Its kind of like being a climate change denier, some people see the weather getting warmer, some getting colder, it depends where you are.
But science, says that diversification is the only free lunch. And the amount of free lunch depends on how many stocks you hold. The reason its not ∞ is because that is cumbersome and marginal returns are diminishing so a healthy balance says 18 -25.
42 is probably too many, but 3 is definitely not enough , though even with 3 there a significant decrease in risk from holding only one stock. But there is definitely less risk (for no decrease in expected return, and marginal extra effort) by holding a few extra shares in the portfolio.

voltage
29-03-2017, 07:44 PM
thanks for the comments, I do think 40 is too many, you get to the stage where you might as well hold an index fund

percy
29-03-2017, 09:54 PM
My wife's portfolio is made as follows.11 high conviction NZ listed companies,1 Unlisted company,and 1 traded via the company,and 1 DD [dead duck] in Aussie..
My portfolio is made up of 10 NZ listed companies,1 unlisted company and 1 traded via the company.In Aussie I have 3 reasonable holdings,6 smaller holdings and 15 high risk and 6 DDs.
We both hold 6 of the high conviction NZ stocks,and we both hold the unlisted stock,and the one traded via the company.
I run our portfolios with large holdings in high conviction companies,smaller amounts in companies that appear to be worth while, and very small amounts in very higher risk companies.
So about 65% in high conviction companies, and about 25% in companies that look worthwhile,and approx 10% in higher risk companies.
I achieve good dividends and solid share price growth from the high convicton and worthwhile companies, and have some serious fun with high risk ones,.!
My broker says I am very conservative with my wife's portfolio, and rather aggressive with my own.!

peat
30-03-2017, 12:16 AM
My portfolio is made up of 10 NZ listed companies,1 unlisted company and 1 traded via the company.In Aussie I have 3 reasonable holdings,6 smaller holdings and 15 high risk and 6 DDs.
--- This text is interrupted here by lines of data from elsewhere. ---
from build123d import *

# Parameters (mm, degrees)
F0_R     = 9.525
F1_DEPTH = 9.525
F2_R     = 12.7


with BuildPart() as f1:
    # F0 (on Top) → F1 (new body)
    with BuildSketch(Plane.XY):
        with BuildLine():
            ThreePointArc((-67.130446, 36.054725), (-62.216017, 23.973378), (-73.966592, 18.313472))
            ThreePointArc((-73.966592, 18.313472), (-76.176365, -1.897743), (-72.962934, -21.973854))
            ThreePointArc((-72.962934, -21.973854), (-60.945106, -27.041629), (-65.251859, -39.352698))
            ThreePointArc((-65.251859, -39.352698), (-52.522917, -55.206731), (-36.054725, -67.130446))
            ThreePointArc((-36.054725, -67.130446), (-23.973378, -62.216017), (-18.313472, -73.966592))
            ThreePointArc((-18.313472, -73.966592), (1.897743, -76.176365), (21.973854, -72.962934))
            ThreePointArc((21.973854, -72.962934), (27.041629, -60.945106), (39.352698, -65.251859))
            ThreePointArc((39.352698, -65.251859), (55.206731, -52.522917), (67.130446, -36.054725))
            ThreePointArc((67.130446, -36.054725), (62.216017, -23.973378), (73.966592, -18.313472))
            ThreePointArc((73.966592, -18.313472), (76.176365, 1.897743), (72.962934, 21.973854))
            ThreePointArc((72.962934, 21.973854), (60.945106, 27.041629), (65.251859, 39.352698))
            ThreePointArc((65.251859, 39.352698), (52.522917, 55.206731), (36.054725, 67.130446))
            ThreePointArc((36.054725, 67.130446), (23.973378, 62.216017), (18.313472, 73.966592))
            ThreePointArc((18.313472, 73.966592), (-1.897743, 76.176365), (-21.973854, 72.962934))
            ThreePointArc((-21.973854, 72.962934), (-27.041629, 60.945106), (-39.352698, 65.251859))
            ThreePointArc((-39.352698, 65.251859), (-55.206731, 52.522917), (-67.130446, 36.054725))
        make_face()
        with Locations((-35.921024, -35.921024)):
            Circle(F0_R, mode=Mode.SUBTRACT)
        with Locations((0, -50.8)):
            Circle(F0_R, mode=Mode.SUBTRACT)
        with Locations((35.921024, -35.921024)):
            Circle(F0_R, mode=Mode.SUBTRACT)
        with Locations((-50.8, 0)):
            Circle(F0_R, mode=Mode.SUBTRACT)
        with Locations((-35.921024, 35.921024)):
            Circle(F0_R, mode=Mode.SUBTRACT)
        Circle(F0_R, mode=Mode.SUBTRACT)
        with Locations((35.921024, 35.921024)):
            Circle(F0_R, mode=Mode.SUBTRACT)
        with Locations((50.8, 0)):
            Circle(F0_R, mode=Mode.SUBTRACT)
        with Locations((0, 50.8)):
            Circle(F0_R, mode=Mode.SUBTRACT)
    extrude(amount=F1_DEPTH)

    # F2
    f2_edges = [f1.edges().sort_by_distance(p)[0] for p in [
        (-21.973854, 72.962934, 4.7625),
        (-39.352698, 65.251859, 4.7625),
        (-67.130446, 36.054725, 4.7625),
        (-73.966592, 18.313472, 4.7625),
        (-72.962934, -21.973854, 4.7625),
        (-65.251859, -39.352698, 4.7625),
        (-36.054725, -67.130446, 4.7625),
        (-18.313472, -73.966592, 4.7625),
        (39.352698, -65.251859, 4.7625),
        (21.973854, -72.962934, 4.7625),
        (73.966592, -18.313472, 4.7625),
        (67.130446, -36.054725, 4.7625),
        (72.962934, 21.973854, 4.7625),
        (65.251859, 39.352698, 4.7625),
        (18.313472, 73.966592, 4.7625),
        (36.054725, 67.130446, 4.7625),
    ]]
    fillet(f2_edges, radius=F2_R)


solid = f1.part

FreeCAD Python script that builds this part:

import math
import FreeCAD as App
import Part
import Sketcher

V = App.Vector
Q = App.Units.Quantity


def edges_at(feature, points):
    """Names of the edges that pass closest to the given points."""
    edges = feature.Shape.Edges
    near = lambda p: min(range(len(edges)), key=lambda i: edges[i].distToShape(Part.Vertex(*p))[0])
    return sorted({f"Edge{near(p) + 1}" for p in points})

doc = App.newDocument("Part")
body = doc.addObject("PartDesign::Body", "Body")

# Sketch on XY plane
sketch1 = body.newObject("Sketcher::SketchObject", "Sketch")
sketch1.AttachmentSupport = (doc.getObject("XY_Plane"), [""])
sketch1.MapMode = "FlatFace"
sketch1.addGeometry(Part.ArcOfCircle(Part.Circle(V(-71, 27, 0), V(0, 0, 1), 10), math.radians(-107), math.radians(65)), False)
sketch1.addGeometry(Part.ArcOfCircle(Part.Circle(V(0, 0, 0), V(0, 0, 1), 76), math.radians(166), math.radians(197)), False)
sketch1.addGeometry(Part.ArcOfCircle(Part.Circle(V(-70, -31, 0), V(0, 0, 1), 10), math.radians(-62), math.radians(110)), False)
sketch1.addGeometry(Part.ArcOfCircle(Part.Circle(V(0, 0, 0), V(0, 0, 1), 76), math.radians(-149), math.radians(-118)), False)
sketch1.addGeometry(Part.ArcOfCircle(Part.Circle(V(-27, -71, 0), V(0, 0, 1), 10), math.radians(-17), math.radians(155)), False)
sketch1.addGeometry(Part.ArcOfCircle(Part.Circle(V(0, 0, 0), V(0, 0, 1), 76), math.radians(-104), math.radians(-73)), False)
sketch1.addGeometry(Part.ArcOfCircle(Part.Circle(V(31, -70, 0), V(0, 0, 1), 10), math.radians(28), math.radians(200)), False)
sketch1.addGeometry(Part.ArcOfCircle(Part.Circle(V(0, 0, 0), V(0, 0, 1), 76), math.radians(-59), math.radians(-28)), False)
sketch1.addGeometry(Part.ArcOfCircle(Part.Circle(V(71, -27, 0), V(0, 0, 1), 10), math.radians(73), math.radians(245)), False)
sketch1.addGeometry(Part.ArcOfCircle(Part.Circle(V(0, 0, 0), V(0, 0, 1), 76), math.radians(-14), math.radians(17)), False)
sketch1.addGeometry(Part.ArcOfCircle(Part.Circle(V(70, 31, 0), V(0, 0, 1), 10), math.radians(118), math.radians(290)), False)
sketch1.addGeometry(Part.ArcOfCircle(Part.Circle(V(0, 0, 0), V(0, 0, 1), 76), math.radians(31), math.radians(62)), False)
sketch1.addGeometry(Part.ArcOfCircle(Part.Circle(V(27, 71, 0), V(0, 0, 1), 10), math.radians(163), math.radians(335)), False)
sketch1.addGeometry(Part.ArcOfCircle(Part.Circle(V(0, 0, 0), V(0, 0, 1), 76), math.radians(76), math.radians(107)), False)
sketch1.addGeometry(Part.ArcOfCircle(Part.Circle(V(-31, 70, 0), V(0, 0, 1), 10), math.radians(-152), math.radians(20)), False)
sketch1.addGeometry(Part.ArcOfCircle(Part.Circle(V(0, 0, 0), V(0, 0, 1), 76), math.radians(121), math.radians(152)), False)
sketch1.addGeometry(Part.Circle(V(-36, -36, 0), V(0, 0, 1), 10), False)
sketch1.addGeometry(Part.Circle(V(0, -51, 0), V(0, 0, 1), 10), False)
sketch1.addGeometry(Part.Circle(V(36, -36, 0), V(0, 0, 1), 10), False)
sketch1.addGeometry(Part.Circle(V(-51, 0, 0), V(0, 0, 1), 10), False)
sketch1.addGeometry(Part.Circle(V(-36, 36, 0), V(0, 0, 1), 10), False)
sketch1.addGeometry(Part.Circle(V(0, 0, 0), V(0, 0, 1), 10), False)
sketch1.addGeometry(Part.Circle(V(51, 0, 0), V(0, 0, 1), 10), False)
sketch1.addGeometry(Part.Circle(V(0, 51, 0), V(0, 0, 1), 10), False)
sketch1.addGeometry(Part.Circle(V(36, 36, 0), V(0, 0, 1), 10), False)
sketch1.addConstraint(Sketcher.Constraint("Coincident", 0, 1, 1, 1))
sketch1.addConstraint(Sketcher.Constraint("Coincident", 1, 2, 2, 2))
sketch1.addConstraint(Sketcher.Constraint("Coincident", 2, 1, 3, 1))
sketch1.addConstraint(Sketcher.Constraint("Coincident", 3, 2, 4, 2))
sketch1.addConstraint(Sketcher.Constraint("Coincident", 4, 1, 5, 1))
sketch1.addConstraint(Sketcher.Constraint("Coincident", 5, 2, 6, 2))
sketch1.addConstraint(Sketcher.Constraint("Coincident", 6, 1, 7, 1))
sketch1.addConstraint(Sketcher.Constraint("Coincident", 7, 2, 8, 2))
sketch1.addConstraint(Sketcher.Constraint("Coincident", 8, 1, 9, 1))
sketch1.addConstraint(Sketcher.Constraint("Coincident", 9, 2, 10, 2))
sketch1.addConstraint(Sketcher.Constraint("Coincident", 10, 1, 11, 1))
sketch1.addConstraint(Sketcher.Constraint("Coincident", 11, 2, 12, 2))
sketch1.addConstraint(Sketcher.Constraint("Coincident", 12, 1, 13, 1))
sketch1.addConstraint(Sketcher.Constraint("Coincident", 13, 2, 14, 2))
sketch1.addConstraint(Sketcher.Constraint("Coincident", 14, 1, 15, 1))
sketch1.addConstraint(Sketcher.Constraint("Coincident", 15, 2, 0, 2))
sketch1.addConstraint(Sketcher.Constraint("Coincident", 1, 3, -1, 1))
sketch1.addConstraint(Sketcher.Constraint("Coincident", 3, 3, -1, 1))
sketch1.addConstraint(Sketcher.Constraint("Coincident", 5, 3, -1, 1))
sketch1.addConstraint(Sketcher.Constraint("Coincident", 7, 3, -1, 1))
sketch1.addConstraint(Sketcher.Constraint("Coincident", 9, 3, -1, 1))
sketch1.addConstraint(Sketcher.Constraint("Coincident", 11, 3, -1, 1))
sketch1.addConstraint(Sketcher.Constraint("Coincident", 13, 3, -1, 1))
sketch1.addConstraint(Sketcher.Constraint("Coincident", 15, 3, -1, 1))
sketch1.addConstraint(Sketcher.Constraint("Coincident", 21, 3, -1, 1))
sketch1.addConstraint(Sketcher.Constraint("Equal", 0, 2))
sketch1.addConstraint(Sketcher.Constraint("Equal", 2, 4))
sketch1.addConstraint(Sketcher.Constraint("Equal", 1, 5))
sketch1.addConstraint(Sketcher.Constraint("Equal", 4, 6))
sketch1.addConstraint(Sketcher.Constraint("Equal", 3, 7))
sketch1.addConstraint(Sketcher.Constraint("Equal", 6, 8))
sketch1.addConstraint(Sketcher.Constraint("Equal", 5, 9))
sketch1.addConstraint(Sketcher.Constraint("Equal", 8, 10))
sketch1.addConstraint(Sketcher.Constraint("Equal", 7, 11))
sketch1.addConstraint(Sketcher.Constraint("Equal", 10, 12))
sketch1.addConstraint(Sketcher.Constraint("Equal", 9, 13))
sketch1.addConstraint(Sketcher.Constraint("Equal", 12, 14))
sketch1.addConstraint(Sketcher.Constraint("Equal", 11, 15))
sketch1.addConstraint(Sketcher.Constraint("Equal", 14, 16))
sketch1.addConstraint(Sketcher.Constraint("Equal", 16, 17))
sketch1.addConstraint(Sketcher.Constraint("Equal", 17, 18))
sketch1.addConstraint(Sketcher.Constraint("Equal", 18, 19))
sketch1.addConstraint(Sketcher.Constraint("Equal", 19, 20))
sketch1.addConstraint(Sketcher.Constraint("Equal", 20, 21))
sketch1.addConstraint(Sketcher.Constraint("Equal", 21, 22))
sketch1.addConstraint(Sketcher.Constraint("Equal", 22, 23))
sketch1.addConstraint(Sketcher.Constraint("Equal", 23, 24))
sketch1.addConstraint(Sketcher.Constraint("Symmetric", 0, 3, 8, 3, -1, 1))
sketch1.addConstraint(Sketcher.Constraint("Symmetric", 2, 3, 10, 3, -1, 1))
sketch1.addConstraint(Sketcher.Constraint("Symmetric", 4, 3, 12, 3, -1, 1))
sketch1.addConstraint(Sketcher.Constraint("Symmetric", 6, 3, 14, 3, -1, 1))
sketch1.addConstraint(Sketcher.Constraint("Symmetric", 18, 3, 20, 3, -1, 1))
sketch1.addConstraint(Sketcher.Constraint("Symmetric", 19, 3, 22, 3, -1, 1))
sketch1.addConstraint(Sketcher.Constraint("Symmetric", 17, 3, 23, 3, -1, 1))
sketch1.addConstraint(Sketcher.Constraint("Symmetric", 16, 3, 24, 3, -1, 1))
sketch1.addConstraint(Sketcher.Constraint("Symmetric", 16, 3, 18, 3, -2))
sketch1.addConstraint(Sketcher.Constraint("PointOnObject", 17, 3, -2))
sketch1.addConstraint(Sketcher.Constraint("PointOnObject", 19, 3, -1))
sketch1.addConstraint(Sketcher.Constraint("Radius", 1, Q("2.9999999 in")))
sketch1.addConstraint(Sketcher.Constraint("Radius", 3, Q("3 in")))
sketch1.addConstraint(Sketcher.Constraint("Diameter", 16, Q("0.75 in")))
sketch1.addConstraint(Sketcher.Constraint("DistanceY", 17, 3, -1, 1, Q("2 in")))
sketch1.addConstraint(Sketcher.Constraint("DistanceX", 19, 3, -1, 1, Q("2 in")))
sketch1.addConstraint(Sketcher.Constraint("DistanceY", 2, 1, -1, 1, Q("39.352698 mm")))
sketch1.addConstraint(Sketcher.Constraint("DistanceX", -1, 1, 6, 1, Q("39.352698 mm")))
sketch1.addConstraint(Sketcher.Constraint("DistanceY", 4, 3, 2, 3, Q("40.199301 mm")))
sketch1.addConstraint(Sketcher.Constraint("DistanceX", 6, 3, 8, 3, Q("40.199301 mm")))
sketch1.addConstraint(Sketcher.Constraint("DistanceY", 1, 2, 0, 3, Q("49.372001 mm")))
sketch1.addConstraint(Sketcher.Constraint("DistanceX", 3, 2, 16, 3, Q("0.133701 mm")))
sketch1.addConstraint(Sketcher.Constraint("DistanceX", 4, 3, 5, 2, Q("49.372001 mm")))
sketch1.addConstraint(Sketcher.Constraint("DistanceY", 7, 2, 18, 3, Q("0.133701 mm")))
sketch1.addConstraint(Sketcher.Constraint("DistanceX", 0, 3, -1, 1, Q("71.10402 mm")))
sketch1.addConstraint(Sketcher.Constraint("DistanceX", 2, 3, -1, 1, Q("69.651549 mm")))
pad1 = body.newObject("PartDesign::Pad", "Pad")
pad1.Profile = sketch1
pad1.Length = Q("0.375 in")
doc.recompute()

fillet = body.newObject("PartDesign::Fillet", "Fillet")
fillet.Base = (pad1, edges_at(pad1, [
    (-21.974, 72.963, 4.763),
    (-39.353, 65.252, 4.763),
    (-67.13, 36.055, 4.763),
    (-73.967, 18.313, 4.763),
    (-72.963, -21.974, 4.763),
    (-65.252, -39.353, 4.763),
    (-36.055, -67.13, 4.763),
    (-18.313, -73.967, 4.763),
    (39.353, -65.252, 4.763),
    (21.974, -72.963, 4.763),
    (73.967, -18.313, 4.763),
    (67.13, -36.055, 4.763),
    (72.963, 21.974, 4.763),
    (65.252, 39.353, 4.763),
    (18.313, 73.967, 4.763),
    (36.055, 67.13, 4.763),
]))
fillet.Radius = Q("0.5 in")

doc.recompute()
Thats about 42 hahaha Paper Tiger was right !

macduffy
30-03-2017, 08:59 AM
There's an academic paper somewhere about diversification and the benefits thereof. As peat states, it is the only free lunch but there is an optimal number of stocks beyond which the additional benefit of a further stock becomes practically nil. From memory, it's surprisingly low, somewhere in the 10-15 band if I remember correctly. I know that I'm well past that point but then my portfolio is more a collection that a scientifically assembled portfolio!
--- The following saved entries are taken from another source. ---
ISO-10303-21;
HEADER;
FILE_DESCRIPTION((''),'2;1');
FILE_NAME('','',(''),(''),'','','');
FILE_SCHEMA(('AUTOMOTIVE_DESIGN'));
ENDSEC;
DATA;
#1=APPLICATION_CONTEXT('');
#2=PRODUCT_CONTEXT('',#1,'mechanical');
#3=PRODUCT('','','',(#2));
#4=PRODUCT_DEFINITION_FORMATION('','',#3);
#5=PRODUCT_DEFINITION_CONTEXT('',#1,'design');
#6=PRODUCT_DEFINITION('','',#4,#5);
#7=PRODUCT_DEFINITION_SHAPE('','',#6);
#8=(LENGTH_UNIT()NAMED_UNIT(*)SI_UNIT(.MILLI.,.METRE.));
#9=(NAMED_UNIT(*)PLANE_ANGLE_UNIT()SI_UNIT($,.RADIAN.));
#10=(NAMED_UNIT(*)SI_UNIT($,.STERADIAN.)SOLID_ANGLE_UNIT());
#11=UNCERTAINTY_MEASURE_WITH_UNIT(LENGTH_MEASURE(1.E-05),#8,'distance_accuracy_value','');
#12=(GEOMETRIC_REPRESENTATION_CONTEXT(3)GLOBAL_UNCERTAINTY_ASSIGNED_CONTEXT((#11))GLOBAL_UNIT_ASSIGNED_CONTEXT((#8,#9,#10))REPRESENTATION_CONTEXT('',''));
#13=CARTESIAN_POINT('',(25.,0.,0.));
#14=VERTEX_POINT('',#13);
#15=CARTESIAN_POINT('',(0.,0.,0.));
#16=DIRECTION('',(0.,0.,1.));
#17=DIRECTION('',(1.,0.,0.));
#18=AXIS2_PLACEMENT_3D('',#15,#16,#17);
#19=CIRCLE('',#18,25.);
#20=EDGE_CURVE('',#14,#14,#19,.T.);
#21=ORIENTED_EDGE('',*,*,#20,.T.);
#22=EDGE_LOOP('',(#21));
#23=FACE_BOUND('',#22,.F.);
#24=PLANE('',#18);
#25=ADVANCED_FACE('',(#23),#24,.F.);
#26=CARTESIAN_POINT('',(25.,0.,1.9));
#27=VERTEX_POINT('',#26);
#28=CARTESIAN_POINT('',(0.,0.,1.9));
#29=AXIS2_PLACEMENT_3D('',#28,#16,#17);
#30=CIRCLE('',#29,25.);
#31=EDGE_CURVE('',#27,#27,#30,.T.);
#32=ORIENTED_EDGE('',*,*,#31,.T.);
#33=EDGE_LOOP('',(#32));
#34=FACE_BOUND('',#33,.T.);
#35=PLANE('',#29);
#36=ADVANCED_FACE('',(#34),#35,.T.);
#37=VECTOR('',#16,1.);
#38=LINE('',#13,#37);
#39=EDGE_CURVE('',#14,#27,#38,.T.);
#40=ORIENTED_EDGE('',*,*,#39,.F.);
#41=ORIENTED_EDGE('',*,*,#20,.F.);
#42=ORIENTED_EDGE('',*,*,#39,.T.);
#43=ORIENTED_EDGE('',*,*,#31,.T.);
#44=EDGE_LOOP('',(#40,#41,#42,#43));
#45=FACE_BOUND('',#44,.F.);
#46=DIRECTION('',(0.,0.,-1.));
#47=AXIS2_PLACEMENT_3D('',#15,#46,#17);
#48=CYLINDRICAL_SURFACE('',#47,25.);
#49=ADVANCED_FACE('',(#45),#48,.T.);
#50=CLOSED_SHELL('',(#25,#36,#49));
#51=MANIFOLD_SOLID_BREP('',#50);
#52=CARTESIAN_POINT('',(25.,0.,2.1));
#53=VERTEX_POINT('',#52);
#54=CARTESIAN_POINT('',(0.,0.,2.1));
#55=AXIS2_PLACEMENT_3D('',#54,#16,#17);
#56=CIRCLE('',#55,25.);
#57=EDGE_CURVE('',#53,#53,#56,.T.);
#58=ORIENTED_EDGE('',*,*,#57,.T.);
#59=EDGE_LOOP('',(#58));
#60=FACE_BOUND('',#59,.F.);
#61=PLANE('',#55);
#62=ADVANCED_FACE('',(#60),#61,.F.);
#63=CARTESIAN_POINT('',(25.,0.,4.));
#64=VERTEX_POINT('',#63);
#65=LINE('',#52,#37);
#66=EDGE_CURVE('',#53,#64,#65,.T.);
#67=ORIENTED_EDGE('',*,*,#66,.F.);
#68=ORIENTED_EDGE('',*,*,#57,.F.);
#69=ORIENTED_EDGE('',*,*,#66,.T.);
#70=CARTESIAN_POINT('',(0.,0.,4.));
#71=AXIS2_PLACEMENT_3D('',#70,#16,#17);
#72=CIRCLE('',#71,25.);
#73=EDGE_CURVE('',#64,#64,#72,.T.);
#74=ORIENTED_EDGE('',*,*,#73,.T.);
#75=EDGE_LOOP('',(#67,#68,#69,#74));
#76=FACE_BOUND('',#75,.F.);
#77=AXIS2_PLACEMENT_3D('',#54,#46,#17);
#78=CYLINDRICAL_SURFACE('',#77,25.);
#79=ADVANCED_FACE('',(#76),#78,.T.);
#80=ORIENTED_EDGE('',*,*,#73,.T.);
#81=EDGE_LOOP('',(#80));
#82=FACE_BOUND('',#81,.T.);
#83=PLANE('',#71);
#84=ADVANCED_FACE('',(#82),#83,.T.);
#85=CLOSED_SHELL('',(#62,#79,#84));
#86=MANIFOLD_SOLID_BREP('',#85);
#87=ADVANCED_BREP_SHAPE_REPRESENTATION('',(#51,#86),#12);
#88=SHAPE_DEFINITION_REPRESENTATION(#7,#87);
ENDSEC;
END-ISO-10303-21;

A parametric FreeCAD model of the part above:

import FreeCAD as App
import Part
import Sketcher
from FreeCAD import Vector

doc = App.newDocument("Part")
body = doc.addObject("PartDesign::Body", "Body")
body.AllowCompound = True

# Sketch on XY plane
sketch1 = doc.addObject("Sketcher::SketchObject", "Sketch")
body.addObject(sketch1)
sketch1.AttachmentSupport = (doc.XY_Plane, [""])
sketch1.MapMode = "FlatFace"
sketch1.addGeometry(Part.Circle(Vector(0, 0, 0), Vector(0, 0, 1), 25), False)
sketch1.addConstraint(Sketcher.Constraint("Coincident", 0, 3, -1, 1))
sketch1.addConstraint(Sketcher.Constraint("Diameter", 0, 50.0))
pad1 = doc.addObject("PartDesign::Pad", "Pad")
body.addObject(pad1)
pad1.Profile = sketch1
pad1.Length = 1.9
doc.recompute()

linearpattern = doc.addObject("PartDesign::LinearPattern", "LinearPattern")
body.addObject(linearpattern)
linearpattern.Originals = [pad1]
linearpattern.Direction = (doc.Z_Axis, [""])
linearpattern.Mode = "offset"
linearpattern.Offset = 2.1
linearpattern.Occurrences = 2
body.Tip = linearpattern

doc.recompute()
PS I rather like the term "high conviction stocks". ll mine are such!

;)

winner69
30-03-2017, 09:13 AM
Peat, I know portfolio diversification is all about risk management but where's the consideration of returns in this discussion?
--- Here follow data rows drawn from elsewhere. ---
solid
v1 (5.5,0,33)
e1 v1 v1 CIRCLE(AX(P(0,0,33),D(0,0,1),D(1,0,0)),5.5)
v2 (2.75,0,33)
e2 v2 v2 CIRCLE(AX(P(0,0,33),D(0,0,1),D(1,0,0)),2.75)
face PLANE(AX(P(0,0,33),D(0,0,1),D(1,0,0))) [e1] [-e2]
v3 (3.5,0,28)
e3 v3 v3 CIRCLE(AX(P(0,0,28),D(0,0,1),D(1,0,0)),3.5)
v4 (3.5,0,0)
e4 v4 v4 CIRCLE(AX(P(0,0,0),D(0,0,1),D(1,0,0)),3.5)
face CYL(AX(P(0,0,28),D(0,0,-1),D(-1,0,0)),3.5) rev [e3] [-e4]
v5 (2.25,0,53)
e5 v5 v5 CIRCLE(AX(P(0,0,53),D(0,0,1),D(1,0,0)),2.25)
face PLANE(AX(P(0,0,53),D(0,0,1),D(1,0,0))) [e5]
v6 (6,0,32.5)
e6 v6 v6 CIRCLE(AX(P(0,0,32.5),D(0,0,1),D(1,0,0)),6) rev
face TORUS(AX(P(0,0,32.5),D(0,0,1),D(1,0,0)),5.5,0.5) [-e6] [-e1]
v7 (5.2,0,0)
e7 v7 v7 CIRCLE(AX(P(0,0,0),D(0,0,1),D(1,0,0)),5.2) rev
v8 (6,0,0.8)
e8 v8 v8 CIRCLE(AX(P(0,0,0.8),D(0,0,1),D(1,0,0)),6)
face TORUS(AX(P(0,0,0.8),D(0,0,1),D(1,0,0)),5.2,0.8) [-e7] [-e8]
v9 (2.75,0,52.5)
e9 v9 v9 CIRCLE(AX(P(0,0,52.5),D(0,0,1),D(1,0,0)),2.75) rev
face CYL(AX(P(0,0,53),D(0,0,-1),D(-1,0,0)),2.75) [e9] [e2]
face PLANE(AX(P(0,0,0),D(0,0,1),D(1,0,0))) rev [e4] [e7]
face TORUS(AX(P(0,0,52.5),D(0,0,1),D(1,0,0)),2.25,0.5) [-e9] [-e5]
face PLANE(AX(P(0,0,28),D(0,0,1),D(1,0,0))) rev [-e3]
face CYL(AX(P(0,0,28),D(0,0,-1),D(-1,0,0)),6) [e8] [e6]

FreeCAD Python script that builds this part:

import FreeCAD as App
import Part
import Sketcher

V = App.Vector
Q = App.Units.Quantity


def edges_at(feature, points):
    """Names of the edges that pass closest to the given points."""
    edges = feature.Shape.Edges
    near = lambda p: min(range(len(edges)), key=lambda i: edges[i].distToShape(Part.Vertex(*p))[0])
    return sorted({f"Edge{near(p) + 1}" for p in points})

doc = App.newDocument("Part")
body = doc.addObject("PartDesign::Body", "Body")

sketch1 = body.newObject("Sketcher::SketchObject", "Sketch")
sketch1.AttachmentSupport = (doc.getObject("XY_Plane"), [""])
sketch1.MapMode = "FlatFace"
sketch1.addGeometry([
    Part.Circle(V(0, 0, 0), V(0, 0, 1), 6),
    Part.Circle(V(0, 0, 0), V(0, 0, 1), 3.5),
], False)
sketch1.addConstraint([
    Sketcher.Constraint("Coincident", 0, 3, -1, 1),
    Sketcher.Constraint("Coincident", 1, 3, -1, 1),
    Sketcher.Constraint("Diameter", 0, Q("12 mm")),
    Sketcher.Constraint("Diameter", 1, Q("7 mm")),
])
pad1 = body.newObject("PartDesign::Pad", "Pad")
pad1.Profile = sketch1
pad1.Length = 28

sketch2 = body.newObject("Sketcher::SketchObject", "Sketch001")
sketch2.AttachmentSupport = (doc.getObject("XY_Plane"), [""])
sketch2.MapMode = "FlatFace"
sketch2.AttachmentOffset = App.Placement(V(0, 0, 28), App.Rotation())
sketch2.addGeometry(Part.Circle(V(0, 0, 0), V(0, 0, 1), 6), False)
sketch2.addConstraint([
    Sketcher.Constraint("Coincident", 0, 3, -1, 1),
    Sketcher.Constraint("Diameter", 0, Q("12 mm")),
])
pad2 = body.newObject("PartDesign::Pad", "Pad001")
pad2.Profile = sketch2
pad2.Length = 5

sketch3 = body.newObject("Sketcher::SketchObject", "Sketch002")
sketch3.AttachmentSupport = (doc.getObject("XY_Plane"), [""])
sketch3.MapMode = "FlatFace"
sketch3.AttachmentOffset = App.Placement(V(0, 0, 33), App.Rotation())
sketch3.addGeometry(Part.Circle(V(0, 0, 0), V(0, 0, 1), 2.8), False)
sketch3.addConstraint([
    Sketcher.Constraint("Coincident", 0, 3, -1, 1),
    Sketcher.Constraint("Diameter", 0, Q("5.5 mm")),
])
pad3 = body.newObject("PartDesign::Pad", "Pad002")
pad3.Profile = sketch3
pad3.Length = 20
doc.recompute()

fillet = body.newObject("PartDesign::Fillet", "Fillet")
fillet.Base = (pad3, edges_at(pad3, [(-6, 0, 33)]))
fillet.Radius = 0.5
doc.recompute()

fillet2 = body.newObject("PartDesign::Fillet", "Fillet001")
fillet2.Base = (fillet, edges_at(fillet, [(-6, 0, 0)]))
fillet2.Radius = 0.8
doc.recompute()

fillet3 = body.newObject("PartDesign::Fillet", "Fillet002")
fillet3.Base = (fillet2, edges_at(fillet2, [(-2.75, 0, 53)]))
fillet3.Radius = 0.5

doc.recompute()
Say 2 theoretical portfolios - one of 5 stocks returning 20% with a STDEV of 30% and another of 20 stocks with a STDEV returning 7% with a STDEVs of 20% (STDEV roughly from your chart)

I know which portfolio I'd rather have

But then again it's not as simple as that eh

Grunter
26-12-2017, 11:40 AM
That's where the Sharpe ratio comes into consideration - how much return do I get for every additional unit of risk I assume?

Beagle
28-12-2017, 12:54 PM
I think you are better to hold 10-15 high conviction positions (if you can find that many) than a higher number of positions just for the sake of better diversification.
Diversification is a free lunch, but only to the extent that you can find high conviction positions and there's little point in buying average companies just to increase diversification for the sake of diversification itself.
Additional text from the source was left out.